Die Auslandsdialerkiste ist eine ganz seltsame Kiste... Während ein gewisser großer deutscher Telekommunikationsanbieter selbst bei illegalen Dialern recht zickig ist, werden Auslandsdialer meist hastenichgesehen mit links im Kulanzweg erledigt... Wenn der Herr Reducal das so sagt, weiss der schon, wovon er redet, glaube ich zu wissen 
Wegen der popups solltest Du Dir Gedanken machen, könnte ein bösartiges Teil sein. Das gab's schon hin und wieder mit Dialern, soweit ich weiss aber eben eher im internationalen Bereich. Ein Grund mehr, hijackthis zu probieren oder auch spybot:
http://www.safer-networking.org/de/download/index.html


----------



## Anonymous (18 Januar 2006)

Deine Worte in Gottes Ohr, Aka-Aka!
Ne Rechnung von 10.000 Euro könnte ich wohl nicht verkraften - und außerdem "für was denn"?
Habe auch den Ratschlag bekommen, dass ich vorerst gleich mal die Einzugsermächtigung kündigen sollte.
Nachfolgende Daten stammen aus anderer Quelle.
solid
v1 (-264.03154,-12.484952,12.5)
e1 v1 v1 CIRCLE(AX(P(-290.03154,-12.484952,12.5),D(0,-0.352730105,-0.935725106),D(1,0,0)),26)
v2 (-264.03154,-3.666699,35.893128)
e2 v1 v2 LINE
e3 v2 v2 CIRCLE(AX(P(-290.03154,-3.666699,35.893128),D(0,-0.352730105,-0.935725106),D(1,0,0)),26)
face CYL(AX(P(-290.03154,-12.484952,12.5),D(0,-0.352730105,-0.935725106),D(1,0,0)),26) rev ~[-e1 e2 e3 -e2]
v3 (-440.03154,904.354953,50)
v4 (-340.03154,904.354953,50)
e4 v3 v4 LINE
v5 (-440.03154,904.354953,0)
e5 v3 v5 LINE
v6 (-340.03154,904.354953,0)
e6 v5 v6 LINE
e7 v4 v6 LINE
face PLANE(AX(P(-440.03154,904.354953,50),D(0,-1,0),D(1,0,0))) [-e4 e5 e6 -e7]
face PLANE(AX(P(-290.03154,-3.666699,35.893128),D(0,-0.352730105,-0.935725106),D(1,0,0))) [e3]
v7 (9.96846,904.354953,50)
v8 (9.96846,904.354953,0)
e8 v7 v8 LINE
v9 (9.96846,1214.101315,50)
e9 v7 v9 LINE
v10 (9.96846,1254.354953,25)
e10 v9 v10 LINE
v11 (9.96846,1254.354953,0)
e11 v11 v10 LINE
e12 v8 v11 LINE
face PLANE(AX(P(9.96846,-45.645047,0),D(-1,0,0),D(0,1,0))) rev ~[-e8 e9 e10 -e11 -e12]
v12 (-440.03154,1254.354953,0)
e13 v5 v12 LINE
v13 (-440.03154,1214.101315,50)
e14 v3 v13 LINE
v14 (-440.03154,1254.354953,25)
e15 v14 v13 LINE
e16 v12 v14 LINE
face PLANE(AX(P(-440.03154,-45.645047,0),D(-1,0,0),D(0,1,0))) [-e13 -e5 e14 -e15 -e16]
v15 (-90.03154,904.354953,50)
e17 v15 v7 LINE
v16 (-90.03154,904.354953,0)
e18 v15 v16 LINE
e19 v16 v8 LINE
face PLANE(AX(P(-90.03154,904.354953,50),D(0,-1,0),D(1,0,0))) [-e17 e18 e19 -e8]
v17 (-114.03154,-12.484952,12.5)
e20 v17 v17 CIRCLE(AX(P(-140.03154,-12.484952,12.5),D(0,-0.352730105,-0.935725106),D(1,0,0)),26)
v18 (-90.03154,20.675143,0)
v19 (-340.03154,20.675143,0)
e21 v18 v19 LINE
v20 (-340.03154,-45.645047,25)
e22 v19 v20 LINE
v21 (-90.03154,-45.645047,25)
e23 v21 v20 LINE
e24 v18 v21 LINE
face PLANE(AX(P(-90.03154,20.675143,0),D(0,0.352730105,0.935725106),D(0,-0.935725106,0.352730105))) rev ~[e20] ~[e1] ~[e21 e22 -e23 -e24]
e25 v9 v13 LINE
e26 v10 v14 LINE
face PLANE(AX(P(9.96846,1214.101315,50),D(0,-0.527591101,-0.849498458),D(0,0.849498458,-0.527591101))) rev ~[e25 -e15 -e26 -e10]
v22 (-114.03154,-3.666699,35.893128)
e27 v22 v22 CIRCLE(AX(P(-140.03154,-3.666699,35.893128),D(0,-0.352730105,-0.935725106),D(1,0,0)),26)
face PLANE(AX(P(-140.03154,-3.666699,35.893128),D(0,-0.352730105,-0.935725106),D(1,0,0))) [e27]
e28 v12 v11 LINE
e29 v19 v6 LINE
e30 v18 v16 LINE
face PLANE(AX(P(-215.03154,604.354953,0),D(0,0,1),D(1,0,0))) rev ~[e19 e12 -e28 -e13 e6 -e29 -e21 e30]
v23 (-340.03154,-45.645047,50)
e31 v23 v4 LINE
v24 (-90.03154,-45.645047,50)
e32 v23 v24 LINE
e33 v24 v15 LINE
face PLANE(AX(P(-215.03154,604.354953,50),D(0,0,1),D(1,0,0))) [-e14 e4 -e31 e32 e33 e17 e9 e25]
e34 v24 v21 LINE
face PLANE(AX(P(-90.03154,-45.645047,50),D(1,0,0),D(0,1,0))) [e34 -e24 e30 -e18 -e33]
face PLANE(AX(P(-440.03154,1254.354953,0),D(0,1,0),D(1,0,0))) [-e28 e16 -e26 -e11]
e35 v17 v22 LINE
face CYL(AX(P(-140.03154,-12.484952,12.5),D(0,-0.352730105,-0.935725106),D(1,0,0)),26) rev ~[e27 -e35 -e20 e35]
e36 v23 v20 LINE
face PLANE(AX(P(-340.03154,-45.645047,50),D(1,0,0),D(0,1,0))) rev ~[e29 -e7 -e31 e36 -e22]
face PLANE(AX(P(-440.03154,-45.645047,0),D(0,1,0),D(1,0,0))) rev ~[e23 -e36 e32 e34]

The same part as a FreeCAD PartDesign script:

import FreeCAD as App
import Part
import Sketcher

V = App.Vector
Q = App.Units.Quantity

doc = App.newDocument("Part")
body = doc.addObject("PartDesign::Body", "Body")

# Sketch on XY plane
sketch1 = body.newObject("Sketcher::SketchObject", "Sketch")
sketch1.AttachmentSupport = (doc.getObject("XY_Plane"), [""])
sketch1.MapMode = "FlatFace"
sketch1.addGeometry([
    Part.LineSegment(V(-440.03154, 1254.354953, 0), V(-440.03154, -45.645047, 0)),
    Part.LineSegment(V(-440.03154, -45.645047, 0), V(9.96846, -45.645047, 0)),
    Part.LineSegment(V(9.96846, -45.645047, 0), V(9.96846, 1254.354953, 0)),
    Part.LineSegment(V(9.96846, 1254.354953, 0), V(-440.03154, 1254.354953, 0)),
], False)
sketch1.addConstraint([
    Sketcher.Constraint("Coincident", 0, 2, 1, 1),
    Sketcher.Constraint("Coincident", 1, 2, 2, 1),
    Sketcher.Constraint("Coincident", 2, 2, 3, 1),
    Sketcher.Constraint("Coincident", 3, 2, 0, 1),
    Sketcher.Constraint("Vertical", 0),
    Sketcher.Constraint("Horizontal", 1),
    Sketcher.Constraint("Vertical", 2),
    Sketcher.Constraint("Horizontal", 3),
    Sketcher.Constraint("DistanceX", 1, 1, 1, 2, Q("450 mm")),
    Sketcher.Constraint("DistanceY", 0, 2, 0, 1, Q("1300 mm")),
    Sketcher.Constraint("DistanceX", 0, 2, -1, 1, Q("440.03154 mm")),
    Sketcher.Constraint("DistanceY", 0, 2, -1, 1, Q("45.645047 mm")),
])
pad1 = body.newObject("PartDesign::Pad", "Pad")
pad1.Profile = sketch1
pad1.Length = 50

# Sketch on XY plane
sketch2 = body.newObject("Sketcher::SketchObject", "Sketch001")
sketch2.AttachmentSupport = (doc.getObject("XY_Plane"), [""])
sketch2.MapMode = "FlatFace"
sketch2.AttachmentOffset = App.Placement(V(0, 0, 50), App.Rotation())
sketch2.addGeometry([
    Part.LineSegment(V(-440.03154, 904.354953, 0), V(-440.03154, -45.645047, 0)),  # 0
    Part.LineSegment(V(-440.03154, -45.645047, 0), V(-340.03154, -45.645047, 0)),  # 1
    Part.LineSegment(V(-340.03154, -45.645047, 0), V(-340.03154, 904.354953, 0)),  # 2
    Part.LineSegment(V(-340.03154, 904.354953, 0), V(-440.03154, 904.354953, 0)),  # 3
    Part.LineSegment(V(-90.03154, 904.354953, 0), V(-90.03154, -45.645047, 0)),  # 4
    Part.LineSegment(V(-90.03154, -45.645047, 0), V(9.96846, -45.645047, 0)),  # 5
    Part.LineSegment(V(9.96846, -45.645047, 0), V(9.96846, 904.354953, 0)),  # 6
    Part.LineSegment(V(9.96846, 904.354953, 0), V(-90.03154, 904.354953, 0)),  # 7
], False)
sketch2.addConstraint([
    Sketcher.Constraint("Coincident", 0, 2, 1, 1),
    Sketcher.Constraint("Coincident", 1, 2, 2, 1),
    Sketcher.Constraint("Coincident", 2, 2, 3, 1),
    Sketcher.Constraint("Coincident", 3, 2, 0, 1),
    Sketcher.Constraint("Coincident", 4, 2, 5, 1),
    Sketcher.Constraint("Coincident", 5, 2, 6, 1),
    Sketcher.Constraint("Coincident", 6, 2, 7, 1),
    Sketcher.Constraint("Coincident", 7, 2, 4, 1),
    Sketcher.Constraint("Vertical", 0),
    Sketcher.Constraint("Horizontal", 1),
    Sketcher.Constraint("Vertical", 2),
    Sketcher.Constraint("Horizontal", 3),
    Sketcher.Constraint("Vertical", 4),
    Sketcher.Constraint("Horizontal", 5),
    Sketcher.Constraint("Vertical", 6),
    Sketcher.Constraint("Horizontal", 7),
    Sketcher.Constraint("Horizontal", 1, 2, 4, 2),
    Sketcher.Constraint("Horizontal", 3, 2, 6, 2),
    Sketcher.Constraint("Equal", 3, 5),
    Sketcher.Constraint("DistanceX", 1, 1, 1, 2, Q("100 mm")),
    Sketcher.Constraint("DistanceY", 0, 2, 0, 1, Q("950 mm")),
    Sketcher.Constraint("DistanceX", 1, 2, 4, 2, Q("250 mm")),
    Sketcher.Constraint("DistanceX", 0, 2, -1, 1, Q("440.03154 mm")),
    Sketcher.Constraint("DistanceY", 0, 2, -1, 1, Q("45.645047 mm")),
])
pocket1 = body.newObject("PartDesign::Pocket", "Pocket")
pocket1.Profile = sketch2
pocket1.Type = "ThroughAll"

# Sketch on YZ plane
sketch3 = body.newObject("Sketcher::SketchObject", "Sketch002")
sketch3.AttachmentSupport = (doc.getObject("YZ_Plane"), [""])
sketch3.MapMode = "FlatFace"
sketch3.AttachmentOffset = App.Placement(V(0, 0, -90.03154), App.Rotation())
sketch3.addGeometry([
    Part.LineSegment(V(20.675143, 0, 0), V(-45.645047, 25, 0)),
    Part.LineSegment(V(-45.645047, 25, 0), V(-45.645047, 0, 0)),
    Part.LineSegment(V(-45.645047, 0, 0), V(20.675143, 0, 0)),
], False)
sketch3.addConstraint([
    Sketcher.Constraint("Coincident", 0, 2, 1, 1),
    Sketcher.Constraint("Coincident", 1, 2, 2, 1),
    Sketcher.Constraint("Coincident", 2, 2, 0, 1),
    Sketcher.Constraint("Vertical", 1),
    Sketcher.Constraint("Horizontal", 2),
    Sketcher.Constraint("PointOnObject", 1, 2, -1),
    Sketcher.Constraint("DistanceY", 1, 2, 1, 1, Q("25 mm")),
    Sketcher.Constraint("DistanceX", 2, 1, 2, 2, Q("66.32019 mm")),
    Sketcher.Constraint("DistanceX", 0, 2, -1, 1, Q("45.645047 mm")),
])
pocket2 = body.newObject("PartDesign::Pocket", "Pocket001")
pocket2.Profile = sketch3
pocket2.Type = "ThroughAll"

# Sketch on YZ plane
sketch4 = body.newObject("Sketcher::SketchObject", "Sketch003")
sketch4.AttachmentSupport = (doc.getObject("YZ_Plane"), [""])
sketch4.MapMode = "FlatFace"
sketch4.AttachmentOffset = App.Placement(V(0, 0, 9.96846), App.Rotation())
sketch4.addGeometry([
    Part.LineSegment(V(1214.101315, 50, 0), V(1254.354953, 25, 0)),
    Part.LineSegment(V(1254.354953, 25, 0), V(1254.354953, 50, 0)),
    Part.LineSegment(V(1254.354953, 50, 0), V(1214.101315, 50, 0)),
], False)
sketch4.addConstraint([
    Sketcher.Constraint("Coincident", 0, 2, 1, 1),
    Sketcher.Constraint("Coincident", 1, 2, 2, 1),
    Sketcher.Constraint("Coincident", 2, 2, 0, 1),
    Sketcher.Constraint("Vertical", 1),
    Sketcher.Constraint("Horizontal", 2),
    Sketcher.Constraint("DistanceY", 1, 1, 1, 2, Q("25 mm")),
    Sketcher.Constraint("DistanceY", -1, 1, 0, 2, Q("25 mm")),
    Sketcher.Constraint("DistanceX", 2, 2, 2, 1, Q("40.253638 mm")),
    Sketcher.Constraint("DistanceX", -1, 1, 0, 2, Q("1254.354953 mm")),
])
pocket3 = body.newObject("PartDesign::Pocket", "Pocket002")
pocket3.Profile = sketch4
pocket3.Type = "ThroughAll"

# Sketch on an angled plane
sketch5 = body.newObject("Sketcher::SketchObject", "Sketch004")
sketch5.Placement = App.Placement(V(0, 2.572371, 6.824005), App.Rotation(V(1, 0, 0), V(0, -0.935725106, 0.352730105), V(0, -0.352730105, -0.935725106), "ZXY"))
sketch5.addGeometry([
    Part.Circle(V(-140.03154, 16.091609, 0), V(0, 0, 1), 26),
    Part.Circle(V(-290.03154, 16.091609, 0), V(0, 0, 1), 26),
], False)
sketch5.addConstraint([
    Sketcher.Constraint("Equal", 0, 1),
    Sketcher.Constraint("Horizontal", 0, 3, 1, 3),
    Sketcher.Constraint("Diameter", 0, Q("52 mm")),
    Sketcher.Constraint("DistanceX", 1, 3, 0, 3, Q("150 mm")),
    Sketcher.Constraint("DistanceX", 0, 3, -1, 1, Q("140.03154 mm")),
    Sketcher.Constraint("DistanceY", -1, 1, 0, 3, Q("16.091609 mm")),
])
pocket4 = body.newObject("PartDesign::Pocket", "Pocket003")
pocket4.Profile = sketch5
pocket4.Length = 25

doc.recompute()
Werde ich wohl auch mit Einschreiben-Rückschein morgen gleich machen.

Die Urteile sprechen ja eigentlich schon sehr für die Verbraucher, denke ich.
Hat denn auch schon jemand blechen müssen, obwohl er nichts dafür konnte  und wenn ja bei welcher Telefongesellschaft?


----------



## Aka-Aka (18 Januar 2006)

Gästin schrieb:
			
		

> Habe auch den Ratschlag bekommen, dass ich vorerst gleich mal die Einzugsermächtigung kündigen sollte. Werde ich wohl auch mit Einschreiben-Rückschein morgen gleich machen.
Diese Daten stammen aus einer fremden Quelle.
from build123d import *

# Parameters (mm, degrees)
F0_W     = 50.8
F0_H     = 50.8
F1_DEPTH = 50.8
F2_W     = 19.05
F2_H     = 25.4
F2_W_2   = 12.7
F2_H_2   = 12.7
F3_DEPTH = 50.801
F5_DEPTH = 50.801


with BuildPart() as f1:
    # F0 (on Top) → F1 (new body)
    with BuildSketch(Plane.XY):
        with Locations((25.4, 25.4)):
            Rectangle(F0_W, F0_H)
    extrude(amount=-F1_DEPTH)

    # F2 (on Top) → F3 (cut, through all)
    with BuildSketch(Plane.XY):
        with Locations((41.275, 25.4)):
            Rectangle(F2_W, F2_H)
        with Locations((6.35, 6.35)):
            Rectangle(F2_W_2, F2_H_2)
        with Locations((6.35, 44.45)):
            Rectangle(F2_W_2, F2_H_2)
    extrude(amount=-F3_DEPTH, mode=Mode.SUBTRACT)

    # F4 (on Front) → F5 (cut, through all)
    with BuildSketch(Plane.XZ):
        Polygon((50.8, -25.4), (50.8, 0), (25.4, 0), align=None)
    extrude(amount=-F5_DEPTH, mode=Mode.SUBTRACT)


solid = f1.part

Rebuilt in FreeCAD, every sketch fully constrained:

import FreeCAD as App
import Part
import Sketcher

V = App.Vector
Q = App.Units.Quantity

doc = App.newDocument("Part")
body = doc.addObject("PartDesign::Body", "Body")

# Sketch on XY plane
sketch1 = body.newObject("Sketcher::SketchObject", "Sketch")
sketch1.AttachmentSupport = (doc.getObject("XY_Plane"), [""])
sketch1.MapMode = "FlatFace"
sketch1.addGeometry([
    Part.LineSegment(V(0, 51, 0), V(0, 0, 0)),
    Part.LineSegment(V(0, 0, 0), V(51, 0, 0)),
    Part.LineSegment(V(51, 0, 0), V(51, 51, 0)),
    Part.LineSegment(V(51, 51, 0), V(0, 51, 0)),
], False)
sketch1.addConstraint([
    Sketcher.Constraint("Coincident", 0, 2, 1, 1),
    Sketcher.Constraint("Coincident", 1, 2, 2, 1),
    Sketcher.Constraint("Coincident", 2, 2, 3, 1),
    Sketcher.Constraint("Coincident", 3, 2, 0, 1),
    Sketcher.Constraint("Vertical", 0),
    Sketcher.Constraint("Horizontal", 1),
    Sketcher.Constraint("Vertical", 2),
    Sketcher.Constraint("Horizontal", 3),
    Sketcher.Constraint("Coincident", 0, 2, -1, 1),
    Sketcher.Constraint("Equal", 3, 0),
    Sketcher.Constraint("DistanceX", 1, 1, 1, 2, Q("2 in")),
])
pad1 = body.newObject("PartDesign::Pad", "Pad")
pad1.Profile = sketch1
pad1.Length = Q("2 in")
pad1.Reversed = True

# Sketch on XY plane
sketch2 = body.newObject("Sketcher::SketchObject", "Sketch001")
sketch2.AttachmentSupport = (doc.getObject("XY_Plane"), [""])
sketch2.MapMode = "FlatFace"
sketch2.addGeometry([
    Part.LineSegment(V(32, 38, 0), V(32, 13, 0)),  # 0
    Part.LineSegment(V(32, 13, 0), V(51, 13, 0)),  # 1
    Part.LineSegment(V(51, 13, 0), V(51, 38, 0)),  # 2
    Part.LineSegment(V(51, 38, 0), V(32, 38, 0)),  # 3
    Part.LineSegment(V(0, 13, 0), V(0, 0, 0)),  # 4
    Part.LineSegment(V(0, 0, 0), V(13, 0, 0)),  # 5
    Part.LineSegment(V(13, 0, 0), V(13, 13, 0)),  # 6
    Part.LineSegment(V(13, 13, 0), V(0, 13, 0)),  # 7
    Part.LineSegment(V(0, 51, 0), V(0, 38, 0)),  # 8
    Part.LineSegment(V(0, 38, 0), V(13, 38, 0)),  # 9
    Part.LineSegment(V(13, 38, 0), V(13, 51, 0)),  # 10
    Part.LineSegment(V(13, 51, 0), V(0, 51, 0)),  # 11
], False)
sketch2.addConstraint([
    Sketcher.Constraint("Coincident", 0, 2, 1, 1),
    Sketcher.Constraint("Coincident", 1, 2, 2, 1),
    Sketcher.Constraint("Coincident", 2, 2, 3, 1),
    Sketcher.Constraint("Coincident", 3, 2, 0, 1),
    Sketcher.Constraint("Coincident", 4, 2, 5, 1),
    Sketcher.Constraint("Coincident", 5, 2, 6, 1),
    Sketcher.Constraint("Coincident", 6, 2, 7, 1),
    Sketcher.Constraint("Coincident", 7, 2, 4, 1),
    Sketcher.Constraint("Coincident", 8, 2, 9, 1),
    Sketcher.Constraint("Coincident", 9, 2, 10, 1),
    Sketcher.Constraint("Coincident", 10, 2, 11, 1),
    Sketcher.Constraint("Coincident", 11, 2, 8, 1),
    Sketcher.Constraint("Vertical", 0),
    Sketcher.Constraint("Horizontal", 1),
    Sketcher.Constraint("Vertical", 2),
    Sketcher.Constraint("Horizontal", 3),
    Sketcher.Constraint("Vertical", 4),
    Sketcher.Constraint("Horizontal", 5),
    Sketcher.Constraint("Vertical", 6),
    Sketcher.Constraint("Horizontal", 7),
    Sketcher.Constraint("Vertical", 8),
    Sketcher.Constraint("Horizontal", 9),
    Sketcher.Constraint("Vertical", 10),
    Sketcher.Constraint("Horizontal", 11),
    Sketcher.Constraint("Coincident", 4, 2, -1, 1),
    Sketcher.Constraint("PointOnObject", 8, 2, -2),
    Sketcher.Constraint("Horizontal", 1, 2, 6, 2),
    Sketcher.Constraint("Horizontal", 3, 2, 8, 2),
    Sketcher.Constraint("Vertical", 6, 2, 9, 2),
    Sketcher.Constraint("Equal", 11, 4),
    Sketcher.Constraint("Equal", 6, 8),
    Sketcher.Constraint("DistanceY", 0, 2, 0, 1, Q("1 in")),
    Sketcher.Constraint("DistanceX", 5, 1, 5, 2, Q("0.5 in")),
    Sketcher.Constraint("DistanceX", -1, 1, 1, 2, Q("2 in")),
    Sketcher.Constraint("DistanceX", 1, 1, 1, 2, Q("0.75 in")),
])
pocket1 = body.newObject("PartDesign::Pocket", "Pocket")
pocket1.Profile = sketch2
pocket1.Type = "ThroughAll"

# Sketch on XZ plane
sketch3 = body.newObject("Sketcher::SketchObject", "Sketch002")
sketch3.AttachmentSupport = (doc.getObject("XZ_Plane"), [""])
sketch3.MapMode = "FlatFace"
sketch3.addGeometry([
    Part.LineSegment(V(51, -25, 0), V(51, 0, 0)),
    Part.LineSegment(V(51, 0, 0), V(25, 0, 0)),
    Part.LineSegment(V(25, 0, 0), V(51, -25, 0)),
], False)
sketch3.addConstraint([
    Sketcher.Constraint("Coincident", 0, 2, 1, 1),
    Sketcher.Constraint("Coincident", 1, 2, 2, 1),
    Sketcher.Constraint("Coincident", 2, 2, 0, 1),
    Sketcher.Constraint("Vertical", 0),
    Sketcher.Constraint("Horizontal", 1),
    Sketcher.Constraint("PointOnObject", 0, 2, -1),
    Sketcher.Constraint("Equal", 1, 0),
    Sketcher.Constraint("DistanceX", 1, 2, 1, 1, Q("1 in")),
    Sketcher.Constraint("DistanceX", -1, 1, 0, 2, Q("2 in")),
])
pocket2 = body.newObject("PartDesign::Pocket", "Pocket001")
pocket2.Profile = sketch3
pocket2.Type = "ThroughAll"

doc.recompute()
nuja, mir wäre das zu teuer. Ich würde erst mal anrufen und nachfragen, was Du tun sollst. Seh das mal als meine Meinung an und warte, ob noch andere Leute eine abgeben


----------



## stieglitz (18 Januar 2006)

Gästin schrieb:
			
		

> Deine Worte in Gottes Ohr, Aka-Aka!
> Ne Rechnung von 10.000 Euro könnte ich wohl nicht verkraften - und außerdem "für was denn"?
> Habe auch den Ratschlag bekommen, dass ich vorerst gleich mal die Einzugsermächtigung kündigen sollte. Werde ich wohl auch mit Einschreiben-Rückschein morgen gleich machen.
> 
> ...


Du brauchst die Einzugermächtigung nicht per Einschreiben/Rückschein kündigen. Wenn die Lastschrift vorgelegt wird und du nicht damit einverstanden bist, kanns t du sie einfach kostenfrei innerhalb von 6 Wochen zurückgehen lasse.

Und *don't Panik*, wart doch erst mal die Rechnung ab.
Das hier zum Lastschriftverfahren:
http://www.bankstudent.de/downloads/BBL-ZV-3.htm


----------



## Anonymous (18 Januar 2006)

Auf jeden Fall seid Ihr mir schon eine große Hilfe momentan, damit sich meine Nerven wieder etwas beruhigen.
Was mich aber wirklich stört, ist die Tatsache, dass ich wohl noch Wochen warten muß bis ich die Rechnung habe, da es wohl bei den Telefongesellschaften nicht möglich ist mal nachzusehen welche Verbindungen in den letzten 3 Tagen zustande gekommen sind.
(Über die Warterei in der Warteschleife will ich überhaupt nicht schreiben).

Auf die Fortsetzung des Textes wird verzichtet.